Посмотрите на этом сайте: http://www.karmapa-khenno.ru, сайт практикующих Карма Кагью, Гьялванг Кармапы Огьена Тинлей Дордже, они выкладывают материалы по трансляциям (в марте будут транслировать Кагью Монлам)

----------

Anthony (27.01.2012)

----------


## Anthony

Спасибо ЯнаЯ.!

----------


## Артем Тараненко

> Ну что ж. Будем работать с тем, что есть. Как говорится "Назвался груздем - лезь в кузовок". Встал на Алмазный путь - будем практиковать Алмазный путь.


Ну Вы так сильно пока не переживайте. Никуда Вы пока не встали. а только получили лунг  :Smilie:

----------

Anthony (28.01.2012), Дондог (24.07.2012), Цхултрим Тращи (28.01.2012)

----------


## Тигги

> Кстати, носки - не единственная упайя (искусный метод) ламы Оле. В арсенале - замечательные шутки на тему секса и других "табуированных" предметов. Как неоднократно говорил сам лама (непрямая цитата), "моя задача сделать так, чтобы закомплексованные и ханжески настроенные люди убегали бы от нас, визжа..."
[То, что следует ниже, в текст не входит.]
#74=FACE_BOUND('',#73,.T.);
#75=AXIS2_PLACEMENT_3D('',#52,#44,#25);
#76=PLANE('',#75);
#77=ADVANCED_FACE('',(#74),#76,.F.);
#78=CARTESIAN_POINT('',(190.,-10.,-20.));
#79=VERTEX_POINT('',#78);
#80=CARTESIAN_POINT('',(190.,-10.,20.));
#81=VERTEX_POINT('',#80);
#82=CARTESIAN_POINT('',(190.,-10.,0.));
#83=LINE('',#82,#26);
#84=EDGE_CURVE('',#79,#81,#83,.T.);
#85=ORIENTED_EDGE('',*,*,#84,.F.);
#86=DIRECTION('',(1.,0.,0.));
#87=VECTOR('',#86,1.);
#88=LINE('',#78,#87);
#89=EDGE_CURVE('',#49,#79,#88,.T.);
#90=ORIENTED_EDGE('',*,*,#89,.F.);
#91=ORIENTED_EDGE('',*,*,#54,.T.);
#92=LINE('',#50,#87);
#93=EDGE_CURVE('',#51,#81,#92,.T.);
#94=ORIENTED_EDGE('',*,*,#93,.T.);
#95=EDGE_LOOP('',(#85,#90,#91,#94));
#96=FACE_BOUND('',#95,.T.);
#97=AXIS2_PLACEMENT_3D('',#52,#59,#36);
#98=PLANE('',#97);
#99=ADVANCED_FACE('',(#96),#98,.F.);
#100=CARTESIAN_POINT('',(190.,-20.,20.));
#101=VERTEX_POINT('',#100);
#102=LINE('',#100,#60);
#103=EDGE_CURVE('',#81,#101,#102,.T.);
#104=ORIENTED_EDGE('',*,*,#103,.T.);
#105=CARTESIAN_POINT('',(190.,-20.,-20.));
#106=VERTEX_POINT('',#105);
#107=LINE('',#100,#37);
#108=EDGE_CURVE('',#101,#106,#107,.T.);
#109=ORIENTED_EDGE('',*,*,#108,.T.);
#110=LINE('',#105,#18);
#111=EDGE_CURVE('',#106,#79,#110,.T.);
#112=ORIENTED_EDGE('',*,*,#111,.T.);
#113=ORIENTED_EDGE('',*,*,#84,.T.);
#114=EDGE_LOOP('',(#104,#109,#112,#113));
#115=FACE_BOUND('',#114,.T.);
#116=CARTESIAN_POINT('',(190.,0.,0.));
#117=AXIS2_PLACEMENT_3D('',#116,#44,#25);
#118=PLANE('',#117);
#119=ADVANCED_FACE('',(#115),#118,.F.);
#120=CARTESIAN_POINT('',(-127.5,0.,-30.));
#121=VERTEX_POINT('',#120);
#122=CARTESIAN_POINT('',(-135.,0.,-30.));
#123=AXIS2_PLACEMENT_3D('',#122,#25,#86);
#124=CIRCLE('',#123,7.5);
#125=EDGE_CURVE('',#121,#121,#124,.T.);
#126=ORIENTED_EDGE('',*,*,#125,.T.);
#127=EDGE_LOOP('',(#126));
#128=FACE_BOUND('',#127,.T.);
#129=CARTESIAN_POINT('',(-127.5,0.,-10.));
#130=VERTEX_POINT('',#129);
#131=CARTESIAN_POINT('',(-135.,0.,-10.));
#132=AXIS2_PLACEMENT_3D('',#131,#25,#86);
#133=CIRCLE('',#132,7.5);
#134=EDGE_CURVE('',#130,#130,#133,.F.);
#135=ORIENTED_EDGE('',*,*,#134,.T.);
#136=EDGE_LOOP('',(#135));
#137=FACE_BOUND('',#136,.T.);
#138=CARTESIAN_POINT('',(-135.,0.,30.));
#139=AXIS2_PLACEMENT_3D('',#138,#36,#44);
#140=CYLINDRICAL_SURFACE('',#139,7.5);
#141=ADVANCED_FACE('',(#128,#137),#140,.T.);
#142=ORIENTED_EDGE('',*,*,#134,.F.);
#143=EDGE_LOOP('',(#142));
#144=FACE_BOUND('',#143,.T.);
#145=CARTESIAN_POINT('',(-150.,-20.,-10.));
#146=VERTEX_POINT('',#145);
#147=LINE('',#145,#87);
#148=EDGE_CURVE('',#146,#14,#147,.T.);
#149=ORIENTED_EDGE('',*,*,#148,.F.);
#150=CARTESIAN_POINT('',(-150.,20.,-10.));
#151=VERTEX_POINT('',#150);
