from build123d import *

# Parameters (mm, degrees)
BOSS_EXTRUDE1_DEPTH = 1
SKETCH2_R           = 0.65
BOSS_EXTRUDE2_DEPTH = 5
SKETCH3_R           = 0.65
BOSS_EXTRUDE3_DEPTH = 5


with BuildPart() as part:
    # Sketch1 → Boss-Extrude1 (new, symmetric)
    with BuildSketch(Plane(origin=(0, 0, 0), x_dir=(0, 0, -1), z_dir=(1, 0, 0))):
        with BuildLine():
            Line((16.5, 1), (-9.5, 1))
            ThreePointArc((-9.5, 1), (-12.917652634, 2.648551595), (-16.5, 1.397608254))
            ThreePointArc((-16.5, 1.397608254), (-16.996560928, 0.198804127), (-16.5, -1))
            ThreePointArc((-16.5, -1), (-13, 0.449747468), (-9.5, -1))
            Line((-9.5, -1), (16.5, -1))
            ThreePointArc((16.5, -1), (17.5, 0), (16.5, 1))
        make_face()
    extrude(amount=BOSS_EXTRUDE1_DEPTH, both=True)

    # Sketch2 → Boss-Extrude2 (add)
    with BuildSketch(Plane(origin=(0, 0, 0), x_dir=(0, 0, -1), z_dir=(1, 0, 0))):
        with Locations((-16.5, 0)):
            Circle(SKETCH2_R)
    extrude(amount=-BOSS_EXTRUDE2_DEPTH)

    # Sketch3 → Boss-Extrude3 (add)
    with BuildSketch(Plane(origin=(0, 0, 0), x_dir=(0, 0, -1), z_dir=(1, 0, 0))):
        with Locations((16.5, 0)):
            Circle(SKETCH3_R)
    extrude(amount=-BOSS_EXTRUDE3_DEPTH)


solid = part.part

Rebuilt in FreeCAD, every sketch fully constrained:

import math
import FreeCAD as App
import Part
import Sketcher
from FreeCAD import Vector
Q = App.Units.Quantity

doc = App.newDocument("Part")
body = doc.addObject("PartDesign::Body", "Body")

sketch1 = body.newObject("Sketcher::SketchObject", "Sketch")
sketch1.AttachmentSupport = (doc.getObject("YZ_Plane"), [""])
sketch1.MapMode = "FlatFace"
sketch1.addGeometry(Part.LineSegment(Vector(1, -16.5, 0), Vector(1, 9.5, 0)), False)
sketch1.addGeometry(Part.ArcOfCircle(Part.Circle(Vector(-2.3, 13.2, 0), Vector(0, 0, 1), 5), math.radians(-48), math.radians(42)), False)
sketch1.addGeometry(Part.ArcOfCircle(Part.Circle(Vector(0.2, 15.3, 0), Vector(0, 0, 1), 1.7), math.radians(45), math.radians(135)), False)
sketch1.addGeometry(Part.ArcOfCircle(Part.Circle(Vector(-4.5, 13, 0), Vector(0, 0, 1), 4.9), math.radians(-45), math.radians(45)), False)
sketch1.addGeometry(Part.LineSegment(Vector(-1, 9.5, 0), Vector(-1, -16.5, 0)), False)
sketch1.addGeometry(Part.ArcOfCircle(Part.Circle(Vector(0, -16.5, 0), Vector(0, 0, 1), 1), math.radians(180), math.radians(360)), False)
sketch1.addConstraint(Sketcher.Constraint("Coincident", 0, 2, 1, 1))
sketch1.addConstraint(Sketcher.Constraint("Coincident", 1, 2, 2, 1))
sketch1.addConstraint(Sketcher.Constraint("Coincident", 2, 2, 3, 2))
sketch1.addConstraint(Sketcher.Constraint("Coincident", 3, 1, 4, 1))
sketch1.addConstraint(Sketcher.Constraint("Tangent", 4, 2, 5, 1))
sketch1.addConstraint(Sketcher.Constraint("Tangent", 5, 2, 0, 1))
sketch1.addConstraint(Sketcher.Constraint("Vertical", 0))
sketch1.addConstraint(Sketcher.Constraint("Vertical", 4))
sketch1.addConstraint(Sketcher.Constraint("Symmetric", 2, 2, 5, 2, -1, 1))
sketch1.addConstraint(Sketcher.Constraint("Symmetric", 0, 2, 3, 1, -2))
sketch1.addConstraint(Sketcher.Constraint("Horizontal", 1, 2, 2, 2))
sketch1.addConstraint(Sketcher.Constraint("Radius", 5, Q("1 mm")))
sketch1.addConstraint(Sketcher.Constraint("DistanceY", 0, 1, 0, 2, Q("26 mm")))
sketch1.addConstraint(Sketcher.Constraint("DistanceY", 0, 2, 1, 2, Q("7 mm")))
sketch1.addConstraint(Sketcher.Constraint("DistanceX", 3, 3, -1, 1, Q("4.5 mm")))
sketch1.addConstraint(Sketcher.Constraint("DistanceX", 1, 3, 2, 3, Q("2.5 mm")))
sketch1.addConstraint(Sketcher.Constraint("Radius", 1, Q("4.957726 mm")))
sketch1.addConstraint(Sketcher.Constraint("Radius", 2, Q("1.695365 mm")))
pad1 = body.newObject("PartDesign::Pad", "Pad")
pad1.Profile = sketch1
pad1.Length = 2
pad1.Midplane = True

sketch2 = body.newObject("Sketcher::SketchObject", "Sketch001")
sketch2.AttachmentSupport = (doc.getObject("YZ_Plane"), [""])
sketch2.MapMode = "FlatFace"
sketch2.addGeometry(Part.Circle(Vector(0, 16.5, 0), Vector(0, 0, 1), 0.7), False)
sketch2.addConstraint(Sketcher.Constraint("PointOnObject", 0, 3, -2))
sketch2.addConstraint(Sketcher.Constraint("Diameter", 0, Q("1.3 mm")))
sketch2.addConstraint(Sketcher.Constraint("DistanceY", -1, 1, 0, 3, Q("16.5 mm")))
pad2 = body.newObject("PartDesign::Pad", "Pad001")
pad2.Profile = sketch2
pad2.Length = 5
pad2.Reversed = True

sketch3 = body.newObject("Sketcher::SketchObject", "Sketch002")
sketch3.AttachmentSupport = (doc.getObject("YZ_Plane"), [""])
sketch3.MapMode = "FlatFace"
sketch3.addGeometry(Part.Circle(Vector(0, -16.5, 0), Vector(0, 0, 1), 0.7), False)
sketch3.addConstraint(Sketcher.Constraint("PointOnObject", 0, 3, -2))
sketch3.addConstraint(Sketcher.Constraint("Diameter", 0, Q("1.3 mm")))
sketch3.addConstraint(Sketcher.Constraint("DistanceY", 0, 3, -1, 1, Q("16.5 mm")))
pad3 = body.newObject("PartDesign::Pad", "Pad002")
pad3.Profile = sketch3
pad3.Length = 5
pad3.Reversed = True

doc.recompute()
Оно, кстати говоря, замечательно работает. Уже сколько отсеченных.
А ту же агрессию и раздражение к любому существу прекрасно объясняет психология. Раздражение вызывается напоминанием качества, которое присуще тебе самому, но со временем притупленным (например, блоки могли выстроить родители, прививая свою собственную систему ценностей). В дальнейшем это может быть то же Учение (которое в терминологии расходится, и другому типу человека подходит, хотя глубоко внутри они прекрасно все понимают - но они уже следуют своему пути и ревностно реагируют на иное).
Ну и самое главное, чем Оле не нравится так другим буддистам, он вполне удачно практикует европейский буддизм на базе тибетского. Ключевая фраза-раздражитель: удачно практикует. Ведь сам Будда говорит, что каждому свой свет в сердце, все проверяйте сами. Главное, чтобы работало, чтобы давало результаты, тогда ты на верном пути. Кармапа 16 сам просил Оле принести буддизм на Запад, при этом он понимал, что людям западного мышления нужна иная кормушка, и он дал на это добро (вообще человек глубочайшего и широчайшего ведения). Запад уже прошел детские игры с войнушками, выживанием, сейчас все больше людей тянется к духовной пище, к познанию своего ума. В отличии от того же Востока, в котором все больше становится игр на выживание.

В меня может лететь любой камень, но прежде чем это случится, хочу чтобы люди здесь знали: я уважаю любую школу и любой путь вплоть до уединенной практики. А так же я не питаюсь раздражением и агрессией, меня оно не забавляет и не вызывает никакой реакции. Вам же лучше тратить свою драгоценную энергию на практику и развитие. Остерегайтесь пустословия и *не отнимайте у других время* на пережевывание никому не нужной и ничего не решающей "важной" темы.

----------


## Карма Палджор

> Оно, кстати говоря, замечательно работает. Уже сколько отсеченных.


И будет гораздо больше с такой активностью. Особенно с выставлением монахов за дверь при наличии левых отмазок и нежелании обосновывать свои действия. Впрочем по некоторым данным из-за всех внутренних лицемерных игр ассоциации распадается еще один центр.

Мне можете не отвечать. От темы отписываюсь и за всем что будет здесь твориться смотреть не стану. Лень

----------

Дондог (24.07.2012)

----------


## Wyrd

> он вполне удачно практикует европейский на базе тибетского


fixed

<3

----------


## Anthony

Ниче вы тему откопали  :Big Grin: 
Спасибо за ответы. Все, чего хотел от темы - получил.
Тема закрыта.

----------

Wyrd (18.07.2012)

----------